_Requirement:_
What you give back must match the records below word for word.
·····
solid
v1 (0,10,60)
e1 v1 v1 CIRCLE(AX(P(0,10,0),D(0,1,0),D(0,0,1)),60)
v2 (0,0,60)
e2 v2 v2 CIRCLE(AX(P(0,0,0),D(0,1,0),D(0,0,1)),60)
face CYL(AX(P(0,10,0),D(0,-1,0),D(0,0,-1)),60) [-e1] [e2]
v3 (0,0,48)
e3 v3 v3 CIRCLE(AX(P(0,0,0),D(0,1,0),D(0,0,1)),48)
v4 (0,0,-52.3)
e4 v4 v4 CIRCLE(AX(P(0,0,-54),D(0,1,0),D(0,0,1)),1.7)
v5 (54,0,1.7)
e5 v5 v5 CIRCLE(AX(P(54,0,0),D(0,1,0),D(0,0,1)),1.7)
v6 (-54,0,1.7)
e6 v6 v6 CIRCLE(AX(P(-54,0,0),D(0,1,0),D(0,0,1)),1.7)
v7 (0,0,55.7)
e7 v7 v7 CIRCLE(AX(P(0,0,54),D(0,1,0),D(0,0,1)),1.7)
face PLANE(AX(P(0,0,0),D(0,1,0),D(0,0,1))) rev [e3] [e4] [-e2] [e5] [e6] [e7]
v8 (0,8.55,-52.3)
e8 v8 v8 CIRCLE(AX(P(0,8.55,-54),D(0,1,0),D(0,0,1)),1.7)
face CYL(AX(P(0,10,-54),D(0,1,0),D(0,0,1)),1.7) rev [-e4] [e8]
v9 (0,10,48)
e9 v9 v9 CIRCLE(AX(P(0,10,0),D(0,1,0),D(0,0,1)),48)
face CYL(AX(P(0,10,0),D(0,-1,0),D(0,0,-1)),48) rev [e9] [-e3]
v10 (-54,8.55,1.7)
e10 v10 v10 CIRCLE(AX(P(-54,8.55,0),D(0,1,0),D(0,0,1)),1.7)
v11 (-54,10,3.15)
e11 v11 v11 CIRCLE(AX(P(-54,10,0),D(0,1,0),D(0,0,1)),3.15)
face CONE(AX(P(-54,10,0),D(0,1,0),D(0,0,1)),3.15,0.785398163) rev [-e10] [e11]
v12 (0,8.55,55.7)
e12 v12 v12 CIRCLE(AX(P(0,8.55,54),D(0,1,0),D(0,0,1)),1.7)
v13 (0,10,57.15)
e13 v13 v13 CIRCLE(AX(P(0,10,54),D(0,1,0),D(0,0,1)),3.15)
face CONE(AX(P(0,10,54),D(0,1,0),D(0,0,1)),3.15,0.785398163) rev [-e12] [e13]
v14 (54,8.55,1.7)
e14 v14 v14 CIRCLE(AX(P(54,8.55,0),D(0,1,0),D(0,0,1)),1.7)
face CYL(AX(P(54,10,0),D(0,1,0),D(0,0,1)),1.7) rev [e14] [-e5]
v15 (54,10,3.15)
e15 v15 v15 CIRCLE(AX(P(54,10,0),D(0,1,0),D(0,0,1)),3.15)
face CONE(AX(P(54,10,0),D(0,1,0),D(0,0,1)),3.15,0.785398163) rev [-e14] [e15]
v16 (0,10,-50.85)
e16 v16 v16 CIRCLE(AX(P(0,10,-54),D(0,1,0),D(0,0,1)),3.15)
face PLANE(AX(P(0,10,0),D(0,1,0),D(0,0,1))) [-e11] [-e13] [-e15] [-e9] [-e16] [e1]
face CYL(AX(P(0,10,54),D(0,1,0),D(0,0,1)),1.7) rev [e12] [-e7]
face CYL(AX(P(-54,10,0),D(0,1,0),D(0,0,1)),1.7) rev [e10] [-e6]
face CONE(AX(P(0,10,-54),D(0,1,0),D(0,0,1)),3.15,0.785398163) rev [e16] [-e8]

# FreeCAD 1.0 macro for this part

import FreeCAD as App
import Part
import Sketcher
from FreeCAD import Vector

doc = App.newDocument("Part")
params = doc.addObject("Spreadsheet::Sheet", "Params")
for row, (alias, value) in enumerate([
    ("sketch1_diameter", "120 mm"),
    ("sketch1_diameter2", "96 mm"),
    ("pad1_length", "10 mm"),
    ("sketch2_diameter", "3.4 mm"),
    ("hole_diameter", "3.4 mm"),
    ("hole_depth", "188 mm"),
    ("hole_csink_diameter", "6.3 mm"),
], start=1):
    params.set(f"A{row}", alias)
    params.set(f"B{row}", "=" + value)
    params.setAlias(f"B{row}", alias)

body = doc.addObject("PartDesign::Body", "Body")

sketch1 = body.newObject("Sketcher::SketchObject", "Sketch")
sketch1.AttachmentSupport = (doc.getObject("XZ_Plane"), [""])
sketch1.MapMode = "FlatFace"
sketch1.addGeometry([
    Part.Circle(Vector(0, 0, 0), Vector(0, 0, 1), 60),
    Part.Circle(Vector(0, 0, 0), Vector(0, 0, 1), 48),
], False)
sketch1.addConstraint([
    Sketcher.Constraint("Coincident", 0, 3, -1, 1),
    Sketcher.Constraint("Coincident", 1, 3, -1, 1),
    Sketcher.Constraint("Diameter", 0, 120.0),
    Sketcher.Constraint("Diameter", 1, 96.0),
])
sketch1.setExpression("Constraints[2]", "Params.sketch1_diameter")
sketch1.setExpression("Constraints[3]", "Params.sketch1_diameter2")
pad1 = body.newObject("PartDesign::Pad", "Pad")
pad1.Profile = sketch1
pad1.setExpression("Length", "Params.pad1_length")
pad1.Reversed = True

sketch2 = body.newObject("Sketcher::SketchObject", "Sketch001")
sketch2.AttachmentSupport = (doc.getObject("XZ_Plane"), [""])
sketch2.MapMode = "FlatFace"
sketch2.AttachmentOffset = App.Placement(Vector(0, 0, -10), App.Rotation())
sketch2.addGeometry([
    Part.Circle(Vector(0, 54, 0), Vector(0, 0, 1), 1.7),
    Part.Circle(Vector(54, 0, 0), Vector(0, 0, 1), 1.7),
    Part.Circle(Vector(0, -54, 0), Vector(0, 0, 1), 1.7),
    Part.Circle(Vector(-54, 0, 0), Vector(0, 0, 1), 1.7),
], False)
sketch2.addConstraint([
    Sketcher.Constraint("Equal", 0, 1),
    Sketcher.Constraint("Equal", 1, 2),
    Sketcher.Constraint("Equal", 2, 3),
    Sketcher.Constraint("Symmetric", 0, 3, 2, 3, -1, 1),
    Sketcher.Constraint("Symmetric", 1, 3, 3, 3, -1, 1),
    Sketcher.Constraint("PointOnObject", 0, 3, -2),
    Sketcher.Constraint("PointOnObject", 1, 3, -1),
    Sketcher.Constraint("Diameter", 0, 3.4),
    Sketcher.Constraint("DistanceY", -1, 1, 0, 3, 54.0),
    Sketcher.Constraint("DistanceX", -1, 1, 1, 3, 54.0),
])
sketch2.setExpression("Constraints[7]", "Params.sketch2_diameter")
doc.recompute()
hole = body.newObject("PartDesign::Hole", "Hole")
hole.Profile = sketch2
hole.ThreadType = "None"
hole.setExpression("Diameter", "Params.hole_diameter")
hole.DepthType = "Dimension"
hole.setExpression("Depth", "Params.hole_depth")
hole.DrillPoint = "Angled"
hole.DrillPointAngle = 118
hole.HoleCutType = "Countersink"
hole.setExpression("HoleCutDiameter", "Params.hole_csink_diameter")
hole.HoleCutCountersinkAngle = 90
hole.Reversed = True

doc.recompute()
·····
_Output:_
solid
v1 (0,10,60)
e1 v1 v1 CIRCLE(AX(P(0,10,0),D(0,1,0),D(0,0,1)),60)
v2 (0,0,60)
e2 v2 v2 CIRCLE(AX(P(0,0,0),D(0,1,0),D(0,0,1)),60)
face CYL(AX(P(0,10,0),D(0,-1,0),D(0,0,-1)),60) [-e1] [e2]
v3 (0,0,48)
e3 v3 v3 CIRCLE(AX(P(0,0,0),D(0,1,0),D(0,0,1)),48)
v4 (0,0,-52.3)
e4 v4 v4 CIRCLE(AX(P(0,0,-54),D(0,1,0),D(0,0,1)),1.7)
v5 (54,0,1.7)
e5 v5 v5 CIRCLE(AX(P(54,0,0),D(0,1,0),D(0,0,1)),1.7)
v6 (-54,0,1.7)
e6 v6 v6 CIRCLE(AX(P(-54,0,0),D(0,1,0),D(0,0,1)),1.7)
v7 (0,0,55.7)
e7 v7 v7 CIRCLE(AX(P(0,0,54),D(0,1,0),D(0,0,1)),1.7)
face PLANE(AX(P(0,0,0),D(0,1,0),D(0,0,1))) rev [e3] [e4] [-e2] [e5] [e6] [e7]
v8 (0,8.55,-52.3)
e8 v8 v8 CIRCLE(AX(P(0,8.55,-54),D(0,1,0),D(0,0,1)),1.7)
face CYL(AX(P(0,10,-54),D(0,1,0),D(0,0,1)),1.7) rev [-e4] [e8]
v9 (0,10,48)
e9 v9 v9 CIRCLE(AX(P(0,10,0),D(0,1,0),D(0,0,1)),48)
face CYL(AX(P(0,10,0),D(0,-1,0),D(0,0,-1)),48) rev [e9] [-e3]
v10 (-54,8.55,1.7)
e10 v10 v10 CIRCLE(AX(P(-54,8.55,0),D(0,1,0),D(0,0,1)),1.7)
v11 (-54,10,3.15)
e11 v11 v11 CIRCLE(AX(P(-54,10,0),D(0,1,0),D(0,0,1)),3.15)
face CONE(AX(P(-54,10,0),D(0,1,0),D(0,0,1)),3.15,0.785398163) rev [-e10] [e11]
v12 (0,8.55,55.7)
e12 v12 v12 CIRCLE(AX(P(0,8.55,54),D(0,1,0),D(0,0,1)),1.7)
v13 (0,10,57.15)
e13 v13 v13 CIRCLE(AX(P(0,10,54),D(0,1,0),D(0,0,1)),3.15)
face CONE(AX(P(0,10,54),D(0,1,0),D(0,0,1)),3.15,0.785398163) rev [-e12] [e13]
v14 (54,8.55,1.7)
e14 v14 v14 CIRCLE(AX(P(54,8.55,0),D(0,1,0),D(0,0,1)),1.7)
face CYL(AX(P(54,10,0),D(0,1,0),D(0,0,1)),1.7) rev [e14] [-e5]
v15 (54,10,3.15)
e15 v15 v15 CIRCLE(AX(P(54,10,0),D(0,1,0),D(0,0,1)),3.15)
face CONE(AX(P(54,10,0),D(0,1,0),D(0,0,1)),3.15,0.785398163) rev [-e14] [e15]
v16 (0,10,-50.85)
e16 v16 v16 CIRCLE(AX(P(0,10,-54),D(0,1,0),D(0,0,1)),3.15)
face PLANE(AX(P(0,10,0),D(0,1,0),D(0,0,1))) [-e11] [-e13] [-e15] [-e9] [-e16] [e1]
face CYL(AX(P(0,10,54),D(0,1,0),D(0,0,1)),1.7) rev [e12] [-e7]
face CYL(AX(P(-54,10,0),D(0,1,0),D(0,0,1)),1.7) rev [e10] [-e6]
face CONE(AX(P(0,10,-54),D(0,1,0),D(0,0,1)),3.15,0.785398163) rev [e16] [-e8]

# FreeCAD 1.0 macro for this part

import FreeCAD as App
import Part
import Sketcher
from FreeCAD import Vector

doc = App.newDocument("Part")
params = doc.addObject("Spreadsheet::Sheet", "Params")
for row, (alias, value) in enumerate([
    ("sketch1_diameter", "120 mm"),
    ("sketch1_diameter2", "96 mm"),
    ("pad1_length", "10 mm"),
    ("sketch2_diameter", "3.4 mm"),
    ("hole_diameter", "3.4 mm"),
    ("hole_depth", "188 mm"),
    ("hole_csink_diameter", "6.3 mm"),
], start=1):
    params.set(f"A{row}", alias)
    params.set(f"B{row}", "=" + value)
    params.setAlias(f"B{row}", alias)

body = doc.addObject("PartDesign::Body", "Body")

sketch1 = body.newObject("Sketcher::SketchObject", "Sketch")
sketch1.AttachmentSupport = (doc.getObject("XZ_Plane"), [""])
sketch1.MapMode = "FlatFace"
sketch1.addGeometry([
    Part.Circle(Vector(0, 0, 0), Vector(0, 0, 1), 60),
    Part.Circle(Vector(0, 0, 0), Vector(0, 0, 1), 48),
], False)
sketch1.addConstraint([
    Sketcher.Constraint("Coincident", 0, 3, -1, 1),
    Sketcher.Constraint("Coincident", 1, 3, -1, 1),
    Sketcher.Constraint("Diameter", 0, 120.0),
    Sketcher.Constraint("Diameter", 1, 96.0),
])
sketch1.setExpression("Constraints[2]", "Params.sketch1_diameter")
sketch1.setExpression("Constraints[3]", "Params.sketch1_diameter2")
pad1 = body.newObject("PartDesign::Pad", "Pad")
pad1.Profile = sketch1
pad1.setExpression("Length", "Params.pad1_length")
pad1.Reversed = True

sketch2 = body.newObject("Sketcher::SketchObject", "Sketch001")
sketch2.AttachmentSupport = (doc.getObject("XZ_Plane"), [""])
sketch2.MapMode = "FlatFace"
sketch2.AttachmentOffset = App.Placement(Vector(0, 0, -10), App.Rotation())
sketch2.addGeometry([
    Part.Circle(Vector(0, 54, 0), Vector(0, 0, 1), 1.7),
    Part.Circle(Vector(54, 0, 0), Vector(0, 0, 1), 1.7),
    Part.Circle(Vector(0, -54, 0), Vector(0, 0, 1), 1.7),
    Part.Circle(Vector(-54, 0, 0), Vector(0, 0, 1), 1.7),
], False)
sketch2.addConstraint([
    Sketcher.Constraint("Equal", 0, 1),
    Sketcher.Constraint("Equal", 1, 2),
    Sketcher.Constraint("Equal", 2, 3),
    Sketcher.Constraint("Symmetric", 0, 3, 2, 3, -1, 1),
    Sketcher.Constraint("Symmetric", 1, 3, 3, 3, -1, 1),
    Sketcher.Constraint("PointOnObject", 0, 3, -2),
    Sketcher.Constraint("PointOnObject", 1, 3, -1),
    Sketcher.Constraint("Diameter", 0, 3.4),
    Sketcher.Constraint("DistanceY", -1, 1, 0, 3, 54.0),
    Sketcher.Constraint("DistanceX", -1, 1, 1, 3, 54.0),
])
sketch2.setExpression("Constraints[7]", "Params.sketch2_diameter")
doc.recompute()
hole = body.newObject("PartDesign::Hole", "Hole")
hole.Profile = sketch2
hole.ThreadType = "None"
hole.setExpression("Diameter", "Params.hole_diameter")
hole.DepthType = "Dimension"
hole.setExpression("Depth", "Params.hole_depth")
hole.DrillPoint = "Angled"
hole.DrillPointAngle = 118
hole.HoleCutType = "Countersink"
hole.setExpression("HoleCutDiameter", "Params.hole_csink_diameter")
hole.HoleCutCountersinkAngle = 90
hole.Reversed = True

doc.recompute()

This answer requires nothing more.